StakePoint

Solana DeFi Glossary

Definitions of key terms used in Solana DeFi, token locking, LP locking, and staking. Published by the StakePoint team.

Glossary/Mint Authority

Mint Authority

The account with permission to create new tokens for a given token mint on Solana.

Definition

Mint authority is the Solana account that has permission to mint (create) new tokens for a given token mint. Whoever holds the mint authority can increase the token supply at any time by minting additional tokens.

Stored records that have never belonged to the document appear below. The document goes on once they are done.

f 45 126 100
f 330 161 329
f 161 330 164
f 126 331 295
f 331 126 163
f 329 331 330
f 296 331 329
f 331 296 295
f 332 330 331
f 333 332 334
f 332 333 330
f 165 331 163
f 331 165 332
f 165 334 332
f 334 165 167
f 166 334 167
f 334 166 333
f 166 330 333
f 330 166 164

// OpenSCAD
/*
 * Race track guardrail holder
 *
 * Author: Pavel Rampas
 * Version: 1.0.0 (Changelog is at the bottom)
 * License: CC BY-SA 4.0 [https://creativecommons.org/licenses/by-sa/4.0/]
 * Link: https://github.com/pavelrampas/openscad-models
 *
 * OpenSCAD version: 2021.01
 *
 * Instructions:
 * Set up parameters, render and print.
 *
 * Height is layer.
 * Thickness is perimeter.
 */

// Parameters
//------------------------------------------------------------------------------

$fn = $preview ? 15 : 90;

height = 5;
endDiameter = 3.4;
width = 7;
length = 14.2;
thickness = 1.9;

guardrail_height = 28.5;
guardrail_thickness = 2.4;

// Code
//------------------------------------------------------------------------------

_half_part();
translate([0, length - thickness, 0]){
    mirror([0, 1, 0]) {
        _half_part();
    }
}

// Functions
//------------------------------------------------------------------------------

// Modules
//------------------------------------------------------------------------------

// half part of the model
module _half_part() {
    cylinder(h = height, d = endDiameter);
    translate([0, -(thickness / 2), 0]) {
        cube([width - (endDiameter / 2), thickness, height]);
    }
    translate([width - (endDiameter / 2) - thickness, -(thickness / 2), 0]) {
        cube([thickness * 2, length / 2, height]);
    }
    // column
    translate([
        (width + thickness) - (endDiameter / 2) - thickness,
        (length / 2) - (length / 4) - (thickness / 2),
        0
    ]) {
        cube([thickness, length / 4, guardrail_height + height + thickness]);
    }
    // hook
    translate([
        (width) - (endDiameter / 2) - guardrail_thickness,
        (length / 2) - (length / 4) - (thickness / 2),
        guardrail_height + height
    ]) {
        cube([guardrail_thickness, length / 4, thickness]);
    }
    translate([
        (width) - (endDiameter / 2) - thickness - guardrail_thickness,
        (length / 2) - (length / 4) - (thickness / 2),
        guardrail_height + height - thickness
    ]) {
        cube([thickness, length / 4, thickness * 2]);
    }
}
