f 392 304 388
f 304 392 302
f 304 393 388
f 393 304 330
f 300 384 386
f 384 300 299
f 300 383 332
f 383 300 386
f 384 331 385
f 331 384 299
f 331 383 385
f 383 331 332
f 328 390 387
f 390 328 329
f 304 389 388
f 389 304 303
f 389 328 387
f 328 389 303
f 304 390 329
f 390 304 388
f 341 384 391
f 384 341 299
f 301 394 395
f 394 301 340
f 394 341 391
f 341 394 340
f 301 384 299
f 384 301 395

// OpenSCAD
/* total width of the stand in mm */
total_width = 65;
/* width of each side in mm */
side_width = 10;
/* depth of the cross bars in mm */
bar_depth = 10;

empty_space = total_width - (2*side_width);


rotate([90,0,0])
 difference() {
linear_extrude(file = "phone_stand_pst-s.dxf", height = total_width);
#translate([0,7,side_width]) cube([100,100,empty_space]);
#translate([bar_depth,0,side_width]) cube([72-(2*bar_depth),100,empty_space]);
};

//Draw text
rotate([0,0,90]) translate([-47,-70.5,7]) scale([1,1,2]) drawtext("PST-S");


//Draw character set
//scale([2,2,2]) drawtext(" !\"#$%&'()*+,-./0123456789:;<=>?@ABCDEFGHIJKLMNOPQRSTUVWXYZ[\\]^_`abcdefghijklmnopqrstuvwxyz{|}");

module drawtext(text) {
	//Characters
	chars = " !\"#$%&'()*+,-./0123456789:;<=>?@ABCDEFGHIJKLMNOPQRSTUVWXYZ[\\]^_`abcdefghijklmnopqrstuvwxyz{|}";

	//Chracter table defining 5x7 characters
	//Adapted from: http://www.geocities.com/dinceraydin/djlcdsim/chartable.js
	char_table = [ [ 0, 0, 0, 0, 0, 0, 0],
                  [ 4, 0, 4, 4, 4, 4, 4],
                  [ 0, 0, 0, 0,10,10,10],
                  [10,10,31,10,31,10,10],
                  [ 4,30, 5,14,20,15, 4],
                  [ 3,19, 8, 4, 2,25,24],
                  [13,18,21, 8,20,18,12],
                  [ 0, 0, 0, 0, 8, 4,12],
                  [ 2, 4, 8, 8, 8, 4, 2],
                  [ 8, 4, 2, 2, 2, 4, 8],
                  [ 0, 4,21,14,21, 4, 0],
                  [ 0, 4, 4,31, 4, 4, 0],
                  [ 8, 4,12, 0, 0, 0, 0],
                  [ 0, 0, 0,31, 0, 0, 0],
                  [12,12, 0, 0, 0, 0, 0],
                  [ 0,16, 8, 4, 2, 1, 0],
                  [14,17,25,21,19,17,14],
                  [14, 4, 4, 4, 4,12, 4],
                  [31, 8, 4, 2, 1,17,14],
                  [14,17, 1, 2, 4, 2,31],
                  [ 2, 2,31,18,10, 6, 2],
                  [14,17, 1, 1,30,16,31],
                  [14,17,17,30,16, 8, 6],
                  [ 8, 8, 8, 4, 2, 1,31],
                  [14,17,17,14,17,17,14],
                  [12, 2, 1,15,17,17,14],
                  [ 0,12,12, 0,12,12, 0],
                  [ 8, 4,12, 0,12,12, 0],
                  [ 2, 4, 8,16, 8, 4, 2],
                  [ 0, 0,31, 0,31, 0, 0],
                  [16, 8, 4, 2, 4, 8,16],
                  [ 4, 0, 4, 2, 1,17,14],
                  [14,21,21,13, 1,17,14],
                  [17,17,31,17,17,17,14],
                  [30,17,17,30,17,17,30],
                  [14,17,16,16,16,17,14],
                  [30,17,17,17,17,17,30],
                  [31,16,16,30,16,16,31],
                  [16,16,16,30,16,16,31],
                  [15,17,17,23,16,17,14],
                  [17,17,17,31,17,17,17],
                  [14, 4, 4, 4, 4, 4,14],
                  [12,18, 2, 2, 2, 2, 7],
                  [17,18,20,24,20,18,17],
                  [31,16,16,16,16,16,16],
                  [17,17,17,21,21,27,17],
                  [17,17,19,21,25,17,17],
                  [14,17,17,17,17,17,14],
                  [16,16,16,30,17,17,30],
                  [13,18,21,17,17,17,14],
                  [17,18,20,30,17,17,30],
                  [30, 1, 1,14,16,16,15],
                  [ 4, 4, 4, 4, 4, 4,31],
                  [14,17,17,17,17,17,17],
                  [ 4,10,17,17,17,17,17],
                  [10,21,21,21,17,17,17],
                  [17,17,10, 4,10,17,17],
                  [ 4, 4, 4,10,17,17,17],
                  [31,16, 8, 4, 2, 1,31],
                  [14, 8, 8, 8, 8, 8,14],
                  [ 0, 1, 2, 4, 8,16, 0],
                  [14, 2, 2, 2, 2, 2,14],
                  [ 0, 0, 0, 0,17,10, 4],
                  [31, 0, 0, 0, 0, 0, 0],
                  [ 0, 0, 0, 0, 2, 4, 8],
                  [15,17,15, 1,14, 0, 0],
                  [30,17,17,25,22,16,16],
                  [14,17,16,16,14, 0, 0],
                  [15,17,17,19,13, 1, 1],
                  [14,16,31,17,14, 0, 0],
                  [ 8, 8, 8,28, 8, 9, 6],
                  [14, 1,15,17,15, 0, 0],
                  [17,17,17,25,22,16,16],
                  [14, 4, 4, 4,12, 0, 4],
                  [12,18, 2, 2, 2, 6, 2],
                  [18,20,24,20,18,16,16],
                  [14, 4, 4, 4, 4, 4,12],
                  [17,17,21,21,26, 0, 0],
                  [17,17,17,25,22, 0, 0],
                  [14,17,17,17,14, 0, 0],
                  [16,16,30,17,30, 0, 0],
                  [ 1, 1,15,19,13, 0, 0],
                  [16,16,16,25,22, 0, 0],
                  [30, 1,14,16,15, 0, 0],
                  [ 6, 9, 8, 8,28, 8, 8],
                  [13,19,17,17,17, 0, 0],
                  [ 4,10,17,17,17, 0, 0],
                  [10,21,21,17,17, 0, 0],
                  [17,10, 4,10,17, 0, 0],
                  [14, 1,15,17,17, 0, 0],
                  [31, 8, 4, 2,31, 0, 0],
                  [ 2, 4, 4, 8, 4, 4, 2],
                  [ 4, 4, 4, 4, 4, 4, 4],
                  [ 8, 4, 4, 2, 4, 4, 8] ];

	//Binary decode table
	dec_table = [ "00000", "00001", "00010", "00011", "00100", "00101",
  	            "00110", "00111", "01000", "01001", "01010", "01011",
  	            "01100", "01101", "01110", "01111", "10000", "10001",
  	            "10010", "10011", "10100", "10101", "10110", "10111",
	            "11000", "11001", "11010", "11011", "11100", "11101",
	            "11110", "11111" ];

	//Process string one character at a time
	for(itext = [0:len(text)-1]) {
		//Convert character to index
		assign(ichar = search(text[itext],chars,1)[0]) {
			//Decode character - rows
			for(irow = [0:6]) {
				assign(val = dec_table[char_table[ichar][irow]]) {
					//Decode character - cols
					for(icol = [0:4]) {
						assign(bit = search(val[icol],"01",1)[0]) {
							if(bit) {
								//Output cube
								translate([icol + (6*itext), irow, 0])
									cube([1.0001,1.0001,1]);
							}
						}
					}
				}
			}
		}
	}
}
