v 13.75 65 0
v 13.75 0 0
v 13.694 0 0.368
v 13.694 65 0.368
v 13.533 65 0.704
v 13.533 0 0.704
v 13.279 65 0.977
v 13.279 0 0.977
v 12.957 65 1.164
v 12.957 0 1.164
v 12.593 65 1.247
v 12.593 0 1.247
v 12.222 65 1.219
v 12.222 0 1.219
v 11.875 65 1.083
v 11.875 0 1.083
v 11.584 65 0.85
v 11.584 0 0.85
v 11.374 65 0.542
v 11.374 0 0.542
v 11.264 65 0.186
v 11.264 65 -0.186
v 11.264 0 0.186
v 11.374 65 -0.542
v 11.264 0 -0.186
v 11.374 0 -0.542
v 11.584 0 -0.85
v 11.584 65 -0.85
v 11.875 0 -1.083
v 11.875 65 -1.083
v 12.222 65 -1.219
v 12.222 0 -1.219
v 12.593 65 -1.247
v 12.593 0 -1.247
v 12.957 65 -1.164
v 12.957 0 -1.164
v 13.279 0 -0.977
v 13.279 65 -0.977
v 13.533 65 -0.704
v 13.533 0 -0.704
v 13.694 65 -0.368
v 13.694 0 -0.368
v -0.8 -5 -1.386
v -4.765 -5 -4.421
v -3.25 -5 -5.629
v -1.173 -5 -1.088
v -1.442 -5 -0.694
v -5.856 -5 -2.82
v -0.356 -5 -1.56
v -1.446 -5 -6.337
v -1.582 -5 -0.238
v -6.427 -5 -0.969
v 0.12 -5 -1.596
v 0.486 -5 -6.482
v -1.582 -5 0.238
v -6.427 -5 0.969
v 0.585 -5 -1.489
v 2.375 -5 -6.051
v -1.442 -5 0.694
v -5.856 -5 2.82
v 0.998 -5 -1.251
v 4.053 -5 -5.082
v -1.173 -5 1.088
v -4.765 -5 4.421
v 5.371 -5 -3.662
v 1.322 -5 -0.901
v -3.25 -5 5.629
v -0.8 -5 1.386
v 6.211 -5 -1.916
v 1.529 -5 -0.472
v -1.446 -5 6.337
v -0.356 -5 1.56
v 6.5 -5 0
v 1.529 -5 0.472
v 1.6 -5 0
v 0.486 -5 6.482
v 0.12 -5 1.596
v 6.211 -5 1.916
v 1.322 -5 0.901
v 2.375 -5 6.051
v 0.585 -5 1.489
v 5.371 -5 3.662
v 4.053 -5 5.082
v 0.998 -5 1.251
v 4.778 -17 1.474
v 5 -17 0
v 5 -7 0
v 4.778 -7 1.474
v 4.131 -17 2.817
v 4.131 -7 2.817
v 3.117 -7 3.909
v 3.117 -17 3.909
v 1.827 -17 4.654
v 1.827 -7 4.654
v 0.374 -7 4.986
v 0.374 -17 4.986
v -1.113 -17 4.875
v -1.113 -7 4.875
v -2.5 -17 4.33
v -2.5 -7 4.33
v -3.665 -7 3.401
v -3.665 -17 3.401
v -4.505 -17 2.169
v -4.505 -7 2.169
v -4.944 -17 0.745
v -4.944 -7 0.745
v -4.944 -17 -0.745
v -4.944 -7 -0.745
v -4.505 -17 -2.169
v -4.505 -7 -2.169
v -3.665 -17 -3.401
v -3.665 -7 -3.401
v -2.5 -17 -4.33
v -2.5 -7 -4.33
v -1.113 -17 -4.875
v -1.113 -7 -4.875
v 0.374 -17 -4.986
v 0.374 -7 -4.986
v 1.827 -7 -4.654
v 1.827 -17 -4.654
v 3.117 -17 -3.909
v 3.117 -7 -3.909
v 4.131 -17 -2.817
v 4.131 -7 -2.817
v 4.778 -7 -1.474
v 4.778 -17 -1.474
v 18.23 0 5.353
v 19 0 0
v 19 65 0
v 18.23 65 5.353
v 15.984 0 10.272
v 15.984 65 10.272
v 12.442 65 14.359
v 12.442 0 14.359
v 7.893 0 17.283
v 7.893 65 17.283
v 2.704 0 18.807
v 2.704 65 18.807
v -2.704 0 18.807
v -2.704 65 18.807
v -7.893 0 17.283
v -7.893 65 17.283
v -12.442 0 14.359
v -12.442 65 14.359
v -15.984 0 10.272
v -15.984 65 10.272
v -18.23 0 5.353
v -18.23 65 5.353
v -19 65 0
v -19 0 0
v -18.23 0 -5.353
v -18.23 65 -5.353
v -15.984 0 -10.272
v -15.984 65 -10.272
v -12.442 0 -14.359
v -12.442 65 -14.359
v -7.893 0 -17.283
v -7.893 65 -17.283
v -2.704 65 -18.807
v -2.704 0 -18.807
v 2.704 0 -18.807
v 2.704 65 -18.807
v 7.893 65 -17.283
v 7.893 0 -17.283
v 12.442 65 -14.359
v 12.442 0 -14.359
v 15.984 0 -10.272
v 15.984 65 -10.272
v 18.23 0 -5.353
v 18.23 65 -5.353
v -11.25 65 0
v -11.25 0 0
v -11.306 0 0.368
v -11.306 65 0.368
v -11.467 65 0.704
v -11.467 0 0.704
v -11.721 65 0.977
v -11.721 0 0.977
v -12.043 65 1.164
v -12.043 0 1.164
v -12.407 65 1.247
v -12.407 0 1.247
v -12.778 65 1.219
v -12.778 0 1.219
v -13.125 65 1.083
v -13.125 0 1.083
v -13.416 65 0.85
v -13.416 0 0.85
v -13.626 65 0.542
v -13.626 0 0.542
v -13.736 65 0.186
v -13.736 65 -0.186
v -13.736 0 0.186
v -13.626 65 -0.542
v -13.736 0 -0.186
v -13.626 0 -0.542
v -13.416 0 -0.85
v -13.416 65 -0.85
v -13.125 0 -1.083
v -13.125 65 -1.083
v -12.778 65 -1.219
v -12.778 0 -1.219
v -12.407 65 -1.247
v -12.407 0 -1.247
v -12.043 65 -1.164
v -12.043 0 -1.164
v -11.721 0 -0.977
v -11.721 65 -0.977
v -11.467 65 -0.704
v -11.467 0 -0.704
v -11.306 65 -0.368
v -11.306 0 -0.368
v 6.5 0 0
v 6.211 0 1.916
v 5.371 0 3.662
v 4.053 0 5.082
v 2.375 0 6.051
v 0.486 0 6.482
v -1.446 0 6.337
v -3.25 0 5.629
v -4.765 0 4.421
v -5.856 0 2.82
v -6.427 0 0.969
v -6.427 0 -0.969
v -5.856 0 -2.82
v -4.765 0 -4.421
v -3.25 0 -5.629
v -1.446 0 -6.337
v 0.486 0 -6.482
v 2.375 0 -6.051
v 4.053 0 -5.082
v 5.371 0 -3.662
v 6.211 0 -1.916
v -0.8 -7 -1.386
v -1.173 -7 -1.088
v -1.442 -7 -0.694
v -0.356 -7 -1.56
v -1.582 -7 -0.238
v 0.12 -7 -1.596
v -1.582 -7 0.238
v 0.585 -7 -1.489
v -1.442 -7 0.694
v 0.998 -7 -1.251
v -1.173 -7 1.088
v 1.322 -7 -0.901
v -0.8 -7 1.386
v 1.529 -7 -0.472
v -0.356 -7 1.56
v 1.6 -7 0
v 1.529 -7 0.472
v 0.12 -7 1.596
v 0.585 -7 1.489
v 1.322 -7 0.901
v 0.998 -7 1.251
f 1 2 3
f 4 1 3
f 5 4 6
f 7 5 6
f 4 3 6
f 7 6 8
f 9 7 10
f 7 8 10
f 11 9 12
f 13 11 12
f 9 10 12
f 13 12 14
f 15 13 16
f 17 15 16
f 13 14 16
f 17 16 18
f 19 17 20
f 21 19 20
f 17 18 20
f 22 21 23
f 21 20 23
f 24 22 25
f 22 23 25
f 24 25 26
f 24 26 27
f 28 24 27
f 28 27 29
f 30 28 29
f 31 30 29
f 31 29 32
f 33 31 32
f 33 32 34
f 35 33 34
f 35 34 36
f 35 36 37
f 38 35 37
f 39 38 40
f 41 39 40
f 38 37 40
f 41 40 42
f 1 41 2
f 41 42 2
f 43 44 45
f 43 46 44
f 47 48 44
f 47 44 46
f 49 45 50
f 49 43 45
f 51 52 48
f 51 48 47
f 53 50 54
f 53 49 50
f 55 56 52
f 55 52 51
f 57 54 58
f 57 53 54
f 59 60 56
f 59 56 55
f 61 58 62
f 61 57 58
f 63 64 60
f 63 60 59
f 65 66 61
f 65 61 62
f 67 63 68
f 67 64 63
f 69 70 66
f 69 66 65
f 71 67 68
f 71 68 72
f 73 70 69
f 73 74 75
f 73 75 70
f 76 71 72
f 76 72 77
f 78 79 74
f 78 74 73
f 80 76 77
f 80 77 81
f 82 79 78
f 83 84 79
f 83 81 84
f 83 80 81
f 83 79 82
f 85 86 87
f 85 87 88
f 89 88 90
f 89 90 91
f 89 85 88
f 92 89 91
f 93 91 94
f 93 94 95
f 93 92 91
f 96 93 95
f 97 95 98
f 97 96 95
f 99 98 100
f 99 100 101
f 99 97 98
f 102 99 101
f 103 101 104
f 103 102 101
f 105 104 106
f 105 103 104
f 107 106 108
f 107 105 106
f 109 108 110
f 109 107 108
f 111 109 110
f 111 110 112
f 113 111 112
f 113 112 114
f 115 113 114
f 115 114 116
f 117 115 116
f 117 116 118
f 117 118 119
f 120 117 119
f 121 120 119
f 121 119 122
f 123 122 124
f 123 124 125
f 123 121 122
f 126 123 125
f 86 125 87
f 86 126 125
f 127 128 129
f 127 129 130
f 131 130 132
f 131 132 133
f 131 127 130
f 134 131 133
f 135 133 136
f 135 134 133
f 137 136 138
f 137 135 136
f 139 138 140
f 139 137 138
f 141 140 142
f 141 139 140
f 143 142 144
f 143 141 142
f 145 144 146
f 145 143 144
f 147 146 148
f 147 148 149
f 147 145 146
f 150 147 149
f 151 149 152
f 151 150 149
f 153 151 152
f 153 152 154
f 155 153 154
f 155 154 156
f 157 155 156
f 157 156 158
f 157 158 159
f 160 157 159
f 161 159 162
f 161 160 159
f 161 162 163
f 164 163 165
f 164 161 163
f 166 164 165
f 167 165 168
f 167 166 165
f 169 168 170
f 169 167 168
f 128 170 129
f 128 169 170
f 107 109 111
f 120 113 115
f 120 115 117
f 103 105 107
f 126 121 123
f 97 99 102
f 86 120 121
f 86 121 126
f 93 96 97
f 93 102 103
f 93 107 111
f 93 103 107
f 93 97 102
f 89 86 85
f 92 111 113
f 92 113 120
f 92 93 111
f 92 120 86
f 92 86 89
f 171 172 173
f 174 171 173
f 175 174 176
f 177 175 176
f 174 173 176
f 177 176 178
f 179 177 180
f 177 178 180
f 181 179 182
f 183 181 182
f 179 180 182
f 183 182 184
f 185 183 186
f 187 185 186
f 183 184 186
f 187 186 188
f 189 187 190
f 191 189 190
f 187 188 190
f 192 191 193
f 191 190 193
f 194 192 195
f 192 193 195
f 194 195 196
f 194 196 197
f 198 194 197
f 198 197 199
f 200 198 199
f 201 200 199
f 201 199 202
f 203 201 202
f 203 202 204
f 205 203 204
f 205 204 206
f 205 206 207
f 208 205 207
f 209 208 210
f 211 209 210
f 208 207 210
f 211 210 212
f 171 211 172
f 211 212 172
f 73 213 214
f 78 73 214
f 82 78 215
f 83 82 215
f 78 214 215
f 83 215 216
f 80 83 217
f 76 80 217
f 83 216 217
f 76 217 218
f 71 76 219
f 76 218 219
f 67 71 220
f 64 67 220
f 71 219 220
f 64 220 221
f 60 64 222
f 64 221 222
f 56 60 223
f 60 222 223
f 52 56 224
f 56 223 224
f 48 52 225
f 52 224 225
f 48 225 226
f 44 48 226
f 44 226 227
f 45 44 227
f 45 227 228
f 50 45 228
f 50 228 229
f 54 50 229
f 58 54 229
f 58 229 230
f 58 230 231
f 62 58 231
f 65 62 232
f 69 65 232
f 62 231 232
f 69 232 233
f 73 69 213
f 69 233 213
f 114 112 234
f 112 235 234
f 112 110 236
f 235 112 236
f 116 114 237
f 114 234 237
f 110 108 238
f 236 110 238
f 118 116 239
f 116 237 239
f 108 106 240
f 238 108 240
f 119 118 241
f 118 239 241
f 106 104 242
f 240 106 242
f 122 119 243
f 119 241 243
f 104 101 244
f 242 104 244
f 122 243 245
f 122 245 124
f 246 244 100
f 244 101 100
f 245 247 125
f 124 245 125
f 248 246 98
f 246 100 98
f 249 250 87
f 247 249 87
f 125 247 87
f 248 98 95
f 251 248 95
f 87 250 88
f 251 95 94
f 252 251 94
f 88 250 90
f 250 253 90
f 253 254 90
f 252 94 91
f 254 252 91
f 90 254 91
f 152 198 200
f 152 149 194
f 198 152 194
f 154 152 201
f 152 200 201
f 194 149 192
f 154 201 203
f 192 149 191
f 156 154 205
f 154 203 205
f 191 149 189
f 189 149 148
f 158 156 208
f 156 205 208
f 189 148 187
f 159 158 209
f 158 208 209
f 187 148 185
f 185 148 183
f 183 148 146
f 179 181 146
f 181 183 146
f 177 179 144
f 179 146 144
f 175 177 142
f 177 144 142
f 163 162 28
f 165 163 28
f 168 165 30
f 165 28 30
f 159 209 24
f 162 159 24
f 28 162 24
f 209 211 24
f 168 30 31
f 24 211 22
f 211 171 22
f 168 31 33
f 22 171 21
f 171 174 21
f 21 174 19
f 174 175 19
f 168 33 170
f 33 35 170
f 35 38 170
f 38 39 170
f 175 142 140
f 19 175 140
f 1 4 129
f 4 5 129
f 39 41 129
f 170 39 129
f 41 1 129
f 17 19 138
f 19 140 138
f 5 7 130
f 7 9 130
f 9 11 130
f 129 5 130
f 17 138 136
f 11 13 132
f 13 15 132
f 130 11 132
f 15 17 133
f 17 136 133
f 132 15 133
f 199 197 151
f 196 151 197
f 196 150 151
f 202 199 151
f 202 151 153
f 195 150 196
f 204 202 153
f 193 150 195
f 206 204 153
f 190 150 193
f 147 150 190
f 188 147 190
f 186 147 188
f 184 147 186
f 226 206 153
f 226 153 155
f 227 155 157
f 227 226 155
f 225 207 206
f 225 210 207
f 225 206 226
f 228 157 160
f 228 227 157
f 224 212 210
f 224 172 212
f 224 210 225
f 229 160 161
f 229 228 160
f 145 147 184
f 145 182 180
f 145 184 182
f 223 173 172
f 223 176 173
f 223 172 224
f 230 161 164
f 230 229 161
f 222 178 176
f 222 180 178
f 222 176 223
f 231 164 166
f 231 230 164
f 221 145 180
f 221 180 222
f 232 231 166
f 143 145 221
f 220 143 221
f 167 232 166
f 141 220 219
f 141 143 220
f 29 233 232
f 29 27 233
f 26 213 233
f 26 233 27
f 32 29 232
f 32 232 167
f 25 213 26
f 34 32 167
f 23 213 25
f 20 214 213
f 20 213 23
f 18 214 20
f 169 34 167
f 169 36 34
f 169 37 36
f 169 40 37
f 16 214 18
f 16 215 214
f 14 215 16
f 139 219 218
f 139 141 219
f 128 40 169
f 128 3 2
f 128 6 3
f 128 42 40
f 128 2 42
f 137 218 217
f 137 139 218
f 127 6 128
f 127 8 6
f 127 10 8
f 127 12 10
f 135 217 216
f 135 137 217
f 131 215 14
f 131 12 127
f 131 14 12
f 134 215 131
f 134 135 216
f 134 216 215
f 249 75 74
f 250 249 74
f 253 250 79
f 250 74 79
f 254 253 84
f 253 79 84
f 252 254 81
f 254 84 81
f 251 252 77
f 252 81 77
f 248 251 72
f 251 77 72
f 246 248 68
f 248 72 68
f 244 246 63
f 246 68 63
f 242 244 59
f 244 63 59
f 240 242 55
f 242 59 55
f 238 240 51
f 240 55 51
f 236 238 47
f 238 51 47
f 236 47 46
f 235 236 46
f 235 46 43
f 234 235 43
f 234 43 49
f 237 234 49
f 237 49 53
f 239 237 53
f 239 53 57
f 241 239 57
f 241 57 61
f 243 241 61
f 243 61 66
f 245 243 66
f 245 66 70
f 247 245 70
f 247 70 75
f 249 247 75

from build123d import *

# Parameters (mm, degrees)
F0_R     = 19
F0_R_2   = 1.25
F0_R_3   = 6.5
F1_DEPTH = 65
F2_DEPTH = 5
F3_R     = 1.6
F4_DEPTH = 12
F5_R     = 5
F5_R_2   = 1.6
F6_DEPTH = 10


with BuildPart() as f1:
    # F0 (on Front) → F1 (new body)
    with BuildSketch(Plane.XZ):
        Circle(F0_R)
        with Locations((-12.5, 0)):
            Circle(F0_R_2, mode=Mode.SUBTRACT)
        Circle(F0_R_3, mode=Mode.SUBTRACT)
        with Locations((12.5, 0)):
            Circle(F0_R_2, mode=Mode.SUBTRACT)
        Circle(F0_R_3)
    extrude(amount=-F1_DEPTH)

    # F0 (on Front) → F2 (join)
    with BuildSketch(Plane.XZ):
        Circle(F0_R_3)
    extrude(amount=F2_DEPTH)

    # F3 (on face) → F4 (join)
    with BuildSketch(Plane.XZ.offset(5)):
        Circle(F3_R)
    extrude(amount=F4_DEPTH)

    # F5 (on face) → F6 (join)
    with BuildSketch(Plane.XZ.offset(17)):
        Circle(F5_R)
        Circle(F5_R_2, mode=Mode.SUBTRACT)
    extrude(amount=-F6_DEPTH)


solid = f1.part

For investors, an active mint authority represents a risk — the project team could mint unlimited additional tokens, diluting existing holders. Many projects revoke mint authority after the initial token creation to prove that no additional tokens can ever be minted.

Revoking mint authority is a one-way operation — once revoked, it cannot be restored. It is considered a positive signal for token security and is displayed by token analytics platforms like Birdeye and DexScreener.

StakePoint & Mint Authority

Revoking mint authority is complementary to token locking on StakePoint. While StakePoint locks existing tokens to prevent them being sold early, revoking mint authority prevents new tokens from being created. Together they provide stronger investor protection.

Frequently Asked Questions

What is mint authority on Solana?

Mint authority is the account with permission to create new tokens for a given token mint. Revoking it permanently prevents any new tokens from being minted.

Should I revoke mint authority?

Revoking mint authority is a positive signal for investors as it proves the total supply is fixed. It is a one-way operation and cannot be undone.